**Your objective**
Exactly the lines starting at the line containing "#36=CYLINDRICAL_SURFACE('',#35,18.);" and ending at the line containing "#100=CYLINDRICAL_SURFACE('',#99,22.);" are to be written out from the listing below, both included.
● ● ●
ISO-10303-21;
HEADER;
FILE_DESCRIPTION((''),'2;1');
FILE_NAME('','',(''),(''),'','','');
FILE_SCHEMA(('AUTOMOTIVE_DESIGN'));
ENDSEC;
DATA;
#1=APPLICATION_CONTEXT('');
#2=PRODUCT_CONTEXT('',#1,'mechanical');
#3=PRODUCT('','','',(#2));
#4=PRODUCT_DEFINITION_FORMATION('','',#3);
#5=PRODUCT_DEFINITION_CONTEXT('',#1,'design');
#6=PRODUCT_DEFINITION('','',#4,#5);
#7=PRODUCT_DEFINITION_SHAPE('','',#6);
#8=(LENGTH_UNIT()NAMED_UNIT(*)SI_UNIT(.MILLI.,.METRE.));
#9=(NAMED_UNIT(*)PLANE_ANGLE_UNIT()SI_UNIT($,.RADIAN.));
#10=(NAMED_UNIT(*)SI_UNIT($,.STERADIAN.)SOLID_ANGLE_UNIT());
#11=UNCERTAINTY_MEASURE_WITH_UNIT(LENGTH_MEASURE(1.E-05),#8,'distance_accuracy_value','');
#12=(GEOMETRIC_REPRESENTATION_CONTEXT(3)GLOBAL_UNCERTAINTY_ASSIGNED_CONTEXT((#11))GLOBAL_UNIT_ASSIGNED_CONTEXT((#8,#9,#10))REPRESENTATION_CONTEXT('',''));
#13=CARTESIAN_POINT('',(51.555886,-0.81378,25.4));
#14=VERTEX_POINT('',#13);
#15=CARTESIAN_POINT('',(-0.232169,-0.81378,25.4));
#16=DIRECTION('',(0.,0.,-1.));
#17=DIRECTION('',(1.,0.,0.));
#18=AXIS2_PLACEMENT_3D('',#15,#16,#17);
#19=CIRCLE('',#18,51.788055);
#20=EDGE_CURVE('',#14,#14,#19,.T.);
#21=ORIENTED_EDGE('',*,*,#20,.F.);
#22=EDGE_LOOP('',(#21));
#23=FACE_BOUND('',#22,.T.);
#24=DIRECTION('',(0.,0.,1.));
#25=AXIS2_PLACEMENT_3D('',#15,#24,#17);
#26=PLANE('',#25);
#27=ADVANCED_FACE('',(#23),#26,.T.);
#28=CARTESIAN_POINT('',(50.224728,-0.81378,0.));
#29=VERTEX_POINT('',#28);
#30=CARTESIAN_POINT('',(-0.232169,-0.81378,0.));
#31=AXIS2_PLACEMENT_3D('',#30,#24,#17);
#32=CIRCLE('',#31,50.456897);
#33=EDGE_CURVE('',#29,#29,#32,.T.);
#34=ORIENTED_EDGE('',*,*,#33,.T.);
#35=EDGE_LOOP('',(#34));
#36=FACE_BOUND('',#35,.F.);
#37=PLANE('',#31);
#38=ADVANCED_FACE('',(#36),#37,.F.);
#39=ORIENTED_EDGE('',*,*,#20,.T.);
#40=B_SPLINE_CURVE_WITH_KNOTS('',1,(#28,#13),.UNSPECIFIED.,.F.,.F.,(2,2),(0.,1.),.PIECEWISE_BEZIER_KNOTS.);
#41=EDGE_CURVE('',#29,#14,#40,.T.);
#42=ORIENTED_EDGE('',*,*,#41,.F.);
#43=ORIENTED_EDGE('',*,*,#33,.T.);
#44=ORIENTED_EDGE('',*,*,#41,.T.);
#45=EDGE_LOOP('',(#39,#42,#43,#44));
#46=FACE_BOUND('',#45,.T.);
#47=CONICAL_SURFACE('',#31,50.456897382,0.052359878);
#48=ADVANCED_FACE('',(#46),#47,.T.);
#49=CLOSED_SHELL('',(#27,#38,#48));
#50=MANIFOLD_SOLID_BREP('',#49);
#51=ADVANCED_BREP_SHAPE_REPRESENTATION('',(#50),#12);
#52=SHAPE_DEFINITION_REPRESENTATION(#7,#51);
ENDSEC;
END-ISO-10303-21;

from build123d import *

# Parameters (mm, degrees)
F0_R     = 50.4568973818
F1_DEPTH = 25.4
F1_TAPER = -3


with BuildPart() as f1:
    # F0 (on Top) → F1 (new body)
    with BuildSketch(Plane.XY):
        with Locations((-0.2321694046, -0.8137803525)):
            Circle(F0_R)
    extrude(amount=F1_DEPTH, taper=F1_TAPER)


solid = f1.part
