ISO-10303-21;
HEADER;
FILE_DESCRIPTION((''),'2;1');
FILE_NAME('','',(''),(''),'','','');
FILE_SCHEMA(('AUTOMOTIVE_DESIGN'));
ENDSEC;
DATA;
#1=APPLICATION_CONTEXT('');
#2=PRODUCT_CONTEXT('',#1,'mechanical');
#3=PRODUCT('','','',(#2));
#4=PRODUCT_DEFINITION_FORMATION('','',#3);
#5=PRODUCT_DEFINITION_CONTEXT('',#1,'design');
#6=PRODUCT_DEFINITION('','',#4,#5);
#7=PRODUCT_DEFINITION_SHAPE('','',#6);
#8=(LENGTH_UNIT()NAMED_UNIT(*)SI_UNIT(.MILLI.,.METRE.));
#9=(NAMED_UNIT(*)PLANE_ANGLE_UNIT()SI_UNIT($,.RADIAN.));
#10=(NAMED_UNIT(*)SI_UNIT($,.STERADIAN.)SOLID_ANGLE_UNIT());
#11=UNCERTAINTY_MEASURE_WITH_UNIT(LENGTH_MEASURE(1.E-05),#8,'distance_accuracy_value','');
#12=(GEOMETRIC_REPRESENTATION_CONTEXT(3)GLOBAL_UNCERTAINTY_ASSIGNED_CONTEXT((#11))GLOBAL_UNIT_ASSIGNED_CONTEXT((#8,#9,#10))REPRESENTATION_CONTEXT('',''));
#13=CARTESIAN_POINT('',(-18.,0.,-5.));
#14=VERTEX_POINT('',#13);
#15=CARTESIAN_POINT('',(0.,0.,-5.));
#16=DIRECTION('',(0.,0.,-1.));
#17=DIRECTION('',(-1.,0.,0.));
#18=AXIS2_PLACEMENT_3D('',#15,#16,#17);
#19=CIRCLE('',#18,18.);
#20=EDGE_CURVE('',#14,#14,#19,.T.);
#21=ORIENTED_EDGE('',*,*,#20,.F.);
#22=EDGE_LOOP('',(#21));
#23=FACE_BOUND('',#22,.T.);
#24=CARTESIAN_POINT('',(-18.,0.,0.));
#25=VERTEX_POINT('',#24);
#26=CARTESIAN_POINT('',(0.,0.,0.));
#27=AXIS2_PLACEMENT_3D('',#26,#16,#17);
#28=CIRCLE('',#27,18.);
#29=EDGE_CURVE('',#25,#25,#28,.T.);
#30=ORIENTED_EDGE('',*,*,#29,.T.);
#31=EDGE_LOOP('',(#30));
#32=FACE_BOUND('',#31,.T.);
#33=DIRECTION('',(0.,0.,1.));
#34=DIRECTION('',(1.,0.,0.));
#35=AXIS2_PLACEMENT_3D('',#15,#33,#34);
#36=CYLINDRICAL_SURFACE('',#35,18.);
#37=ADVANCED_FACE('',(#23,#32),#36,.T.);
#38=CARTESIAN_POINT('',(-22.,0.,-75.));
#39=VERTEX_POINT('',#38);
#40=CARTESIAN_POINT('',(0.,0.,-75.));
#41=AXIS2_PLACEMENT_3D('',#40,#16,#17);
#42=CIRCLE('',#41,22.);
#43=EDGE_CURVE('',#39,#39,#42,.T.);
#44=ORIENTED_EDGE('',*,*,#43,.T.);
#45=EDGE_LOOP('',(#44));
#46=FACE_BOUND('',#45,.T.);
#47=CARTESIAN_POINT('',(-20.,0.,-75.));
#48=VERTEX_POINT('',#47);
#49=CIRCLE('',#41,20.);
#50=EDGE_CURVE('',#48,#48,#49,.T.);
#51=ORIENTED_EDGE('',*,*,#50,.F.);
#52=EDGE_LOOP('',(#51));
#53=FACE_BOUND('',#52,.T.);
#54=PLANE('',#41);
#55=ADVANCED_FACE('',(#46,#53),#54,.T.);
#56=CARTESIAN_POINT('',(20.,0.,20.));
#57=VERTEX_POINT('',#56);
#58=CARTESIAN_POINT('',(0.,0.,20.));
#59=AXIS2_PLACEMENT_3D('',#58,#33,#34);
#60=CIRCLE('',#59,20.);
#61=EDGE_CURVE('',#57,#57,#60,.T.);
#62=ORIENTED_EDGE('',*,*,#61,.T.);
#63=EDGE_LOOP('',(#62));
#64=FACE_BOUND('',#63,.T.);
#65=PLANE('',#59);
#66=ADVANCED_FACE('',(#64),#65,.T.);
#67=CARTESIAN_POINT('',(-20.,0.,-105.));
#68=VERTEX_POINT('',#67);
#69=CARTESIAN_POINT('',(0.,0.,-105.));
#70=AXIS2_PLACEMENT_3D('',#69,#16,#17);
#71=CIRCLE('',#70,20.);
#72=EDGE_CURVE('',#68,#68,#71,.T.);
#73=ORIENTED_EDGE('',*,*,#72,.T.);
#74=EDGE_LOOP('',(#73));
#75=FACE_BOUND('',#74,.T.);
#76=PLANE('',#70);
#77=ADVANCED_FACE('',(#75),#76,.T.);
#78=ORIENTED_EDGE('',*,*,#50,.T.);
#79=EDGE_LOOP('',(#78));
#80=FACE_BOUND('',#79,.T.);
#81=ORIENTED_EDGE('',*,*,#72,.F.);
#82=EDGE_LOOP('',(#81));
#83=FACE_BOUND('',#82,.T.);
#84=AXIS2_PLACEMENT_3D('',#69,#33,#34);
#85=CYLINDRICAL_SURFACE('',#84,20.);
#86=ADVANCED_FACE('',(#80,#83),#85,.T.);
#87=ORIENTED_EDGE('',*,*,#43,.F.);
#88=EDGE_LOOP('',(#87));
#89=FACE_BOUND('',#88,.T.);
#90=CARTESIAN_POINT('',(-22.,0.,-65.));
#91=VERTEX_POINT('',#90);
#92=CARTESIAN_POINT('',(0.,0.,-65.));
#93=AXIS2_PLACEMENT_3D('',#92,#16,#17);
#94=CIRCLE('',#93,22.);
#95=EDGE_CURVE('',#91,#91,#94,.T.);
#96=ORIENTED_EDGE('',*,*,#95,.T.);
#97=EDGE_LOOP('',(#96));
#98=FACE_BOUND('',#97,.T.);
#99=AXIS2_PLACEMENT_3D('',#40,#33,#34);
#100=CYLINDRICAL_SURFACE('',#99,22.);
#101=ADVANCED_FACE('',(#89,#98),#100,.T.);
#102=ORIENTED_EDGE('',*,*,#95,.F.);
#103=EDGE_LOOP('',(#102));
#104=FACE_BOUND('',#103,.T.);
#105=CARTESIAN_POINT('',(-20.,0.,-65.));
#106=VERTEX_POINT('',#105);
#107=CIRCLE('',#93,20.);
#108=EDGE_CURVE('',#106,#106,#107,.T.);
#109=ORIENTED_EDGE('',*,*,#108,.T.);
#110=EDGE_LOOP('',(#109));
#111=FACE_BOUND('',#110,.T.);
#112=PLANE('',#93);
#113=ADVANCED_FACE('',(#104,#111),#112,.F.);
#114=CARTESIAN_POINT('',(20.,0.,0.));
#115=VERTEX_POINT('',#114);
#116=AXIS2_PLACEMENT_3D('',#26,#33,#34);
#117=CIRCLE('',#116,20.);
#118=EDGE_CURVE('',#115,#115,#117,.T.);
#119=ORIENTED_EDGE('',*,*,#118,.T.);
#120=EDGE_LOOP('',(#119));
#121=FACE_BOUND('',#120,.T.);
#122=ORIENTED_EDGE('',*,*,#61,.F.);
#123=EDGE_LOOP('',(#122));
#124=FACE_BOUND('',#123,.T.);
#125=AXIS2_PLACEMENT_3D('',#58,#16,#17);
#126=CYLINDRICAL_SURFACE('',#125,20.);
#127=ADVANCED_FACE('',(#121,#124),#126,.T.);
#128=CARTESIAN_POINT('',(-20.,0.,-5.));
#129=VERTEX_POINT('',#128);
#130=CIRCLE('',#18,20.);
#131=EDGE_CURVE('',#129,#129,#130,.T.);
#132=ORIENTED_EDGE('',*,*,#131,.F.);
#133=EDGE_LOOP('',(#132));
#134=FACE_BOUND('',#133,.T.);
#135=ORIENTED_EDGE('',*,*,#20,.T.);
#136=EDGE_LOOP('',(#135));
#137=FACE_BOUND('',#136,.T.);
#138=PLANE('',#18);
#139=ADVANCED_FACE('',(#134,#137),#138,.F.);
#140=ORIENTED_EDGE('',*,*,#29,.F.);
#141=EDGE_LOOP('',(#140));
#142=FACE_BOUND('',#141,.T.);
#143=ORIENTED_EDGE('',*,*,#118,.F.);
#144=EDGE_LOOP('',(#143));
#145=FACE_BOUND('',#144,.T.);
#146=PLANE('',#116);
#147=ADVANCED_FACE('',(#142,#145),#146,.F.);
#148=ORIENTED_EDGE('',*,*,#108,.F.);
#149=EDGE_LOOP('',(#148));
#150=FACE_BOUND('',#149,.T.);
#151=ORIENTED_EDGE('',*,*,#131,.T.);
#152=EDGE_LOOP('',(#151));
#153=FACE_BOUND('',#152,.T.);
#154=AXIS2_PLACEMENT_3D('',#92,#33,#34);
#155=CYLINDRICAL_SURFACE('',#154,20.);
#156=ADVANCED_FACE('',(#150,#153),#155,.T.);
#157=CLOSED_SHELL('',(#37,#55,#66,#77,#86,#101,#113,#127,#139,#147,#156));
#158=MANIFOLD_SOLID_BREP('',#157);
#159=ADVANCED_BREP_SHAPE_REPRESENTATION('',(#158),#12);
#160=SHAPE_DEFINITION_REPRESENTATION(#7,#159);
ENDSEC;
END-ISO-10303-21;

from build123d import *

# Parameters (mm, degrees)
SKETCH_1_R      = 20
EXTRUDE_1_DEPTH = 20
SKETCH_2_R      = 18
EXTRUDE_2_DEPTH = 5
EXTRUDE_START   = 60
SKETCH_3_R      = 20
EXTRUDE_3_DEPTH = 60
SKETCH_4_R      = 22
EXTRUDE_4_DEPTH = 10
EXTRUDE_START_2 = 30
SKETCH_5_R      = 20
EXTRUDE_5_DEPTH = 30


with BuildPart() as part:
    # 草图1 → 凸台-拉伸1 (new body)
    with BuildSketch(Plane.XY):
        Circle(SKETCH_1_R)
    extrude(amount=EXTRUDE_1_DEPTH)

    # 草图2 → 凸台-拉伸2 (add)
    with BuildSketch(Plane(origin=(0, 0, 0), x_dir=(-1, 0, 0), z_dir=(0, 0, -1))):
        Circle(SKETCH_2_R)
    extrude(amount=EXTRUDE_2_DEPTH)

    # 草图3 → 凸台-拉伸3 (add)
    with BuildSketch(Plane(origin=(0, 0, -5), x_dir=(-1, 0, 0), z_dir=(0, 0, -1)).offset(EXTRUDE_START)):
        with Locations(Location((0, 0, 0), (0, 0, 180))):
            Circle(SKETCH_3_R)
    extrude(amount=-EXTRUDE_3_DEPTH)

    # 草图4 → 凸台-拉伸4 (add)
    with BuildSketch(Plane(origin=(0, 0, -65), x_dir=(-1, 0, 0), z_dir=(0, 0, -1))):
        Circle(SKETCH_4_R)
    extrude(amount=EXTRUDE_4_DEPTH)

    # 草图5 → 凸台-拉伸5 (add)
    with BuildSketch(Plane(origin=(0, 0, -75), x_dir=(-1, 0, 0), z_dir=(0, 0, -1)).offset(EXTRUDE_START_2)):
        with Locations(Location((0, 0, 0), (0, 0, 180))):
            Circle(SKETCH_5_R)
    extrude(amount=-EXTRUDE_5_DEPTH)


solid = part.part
● ● ●
**Answer section**
#36=CYLINDRICAL_SURFACE('',#35,18.);
#37=ADVANCED_FACE('',(#23,#32),#36,.T.);
#38=CARTESIAN_POINT('',(-22.,0.,-75.));
#39=VERTEX_POINT('',#38);
#40=CARTESIAN_POINT('',(0.,0.,-75.));
#41=AXIS2_PLACEMENT_3D('',#40,#16,#17);
#42=CIRCLE('',#41,22.);
#43=EDGE_CURVE('',#39,#39,#42,.T.);
#44=ORIENTED_EDGE('',*,*,#43,.T.);
#45=EDGE_LOOP('',(#44));
#46=FACE_BOUND('',#45,.T.);
#47=CARTESIAN_POINT('',(-20.,0.,-75.));
#48=VERTEX_POINT('',#47);
#49=CIRCLE('',#41,20.);
#50=EDGE_CURVE('',#48,#48,#49,.T.);
#51=ORIENTED_EDGE('',*,*,#50,.F.);
#52=EDGE_LOOP('',(#51));
#53=FACE_BOUND('',#52,.T.);
#54=PLANE('',#41);
#55=ADVANCED_FACE('',(#46,#53),#54,.T.);
#56=CARTESIAN_POINT('',(20.,0.,20.));
#57=VERTEX_POINT('',#56);
#58=CARTESIAN_POINT('',(0.,0.,20.));
#59=AXIS2_PLACEMENT_3D('',#58,#33,#34);
#60=CIRCLE('',#59,20.);
#61=EDGE_CURVE('',#57,#57,#60,.T.);
#62=ORIENTED_EDGE('',*,*,#61,.T.);
#63=EDGE_LOOP('',(#62));
#64=FACE_BOUND('',#63,.T.);
#65=PLANE('',#59);
#66=ADVANCED_FACE('',(#64),#65,.T.);
#67=CARTESIAN_POINT('',(-20.,0.,-105.));
#68=VERTEX_POINT('',#67);
#69=CARTESIAN_POINT('',(0.,0.,-105.));
#70=AXIS2_PLACEMENT_3D('',#69,#16,#17);
#71=CIRCLE('',#70,20.);
#72=EDGE_CURVE('',#68,#68,#71,.T.);
#73=ORIENTED_EDGE('',*,*,#72,.T.);
#74=EDGE_LOOP('',(#73));
#75=FACE_BOUND('',#74,.T.);
#76=PLANE('',#70);
#77=ADVANCED_FACE('',(#75),#76,.T.);
#78=ORIENTED_EDGE('',*,*,#50,.T.);
#79=EDGE_LOOP('',(#78));
#80=FACE_BOUND('',#79,.T.);
#81=ORIENTED_EDGE('',*,*,#72,.F.);
#82=EDGE_LOOP('',(#81));
#83=FACE_BOUND('',#82,.T.);
#84=AXIS2_PLACEMENT_3D('',#69,#33,#34);
#85=CYLINDRICAL_SURFACE('',#84,20.);
#86=ADVANCED_FACE('',(#80,#83),#85,.T.);
#87=ORIENTED_EDGE('',*,*,#43,.F.);
#88=EDGE_LOOP('',(#87));
#89=FACE_BOUND('',#88,.T.);
#90=CARTESIAN_POINT('',(-22.,0.,-65.));
#91=VERTEX_POINT('',#90);
#92=CARTESIAN_POINT('',(0.,0.,-65.));
#93=AXIS2_PLACEMENT_3D('',#92,#16,#17);
#94=CIRCLE('',#93,22.);
#95=EDGE_CURVE('',#91,#91,#94,.T.);
#96=ORIENTED_EDGE('',*,*,#95,.T.);
#97=EDGE_LOOP('',(#96));
#98=FACE_BOUND('',#97,.T.);
#99=AXIS2_PLACEMENT_3D('',#40,#33,#34);
#100=CYLINDRICAL_SURFACE('',#99,22.);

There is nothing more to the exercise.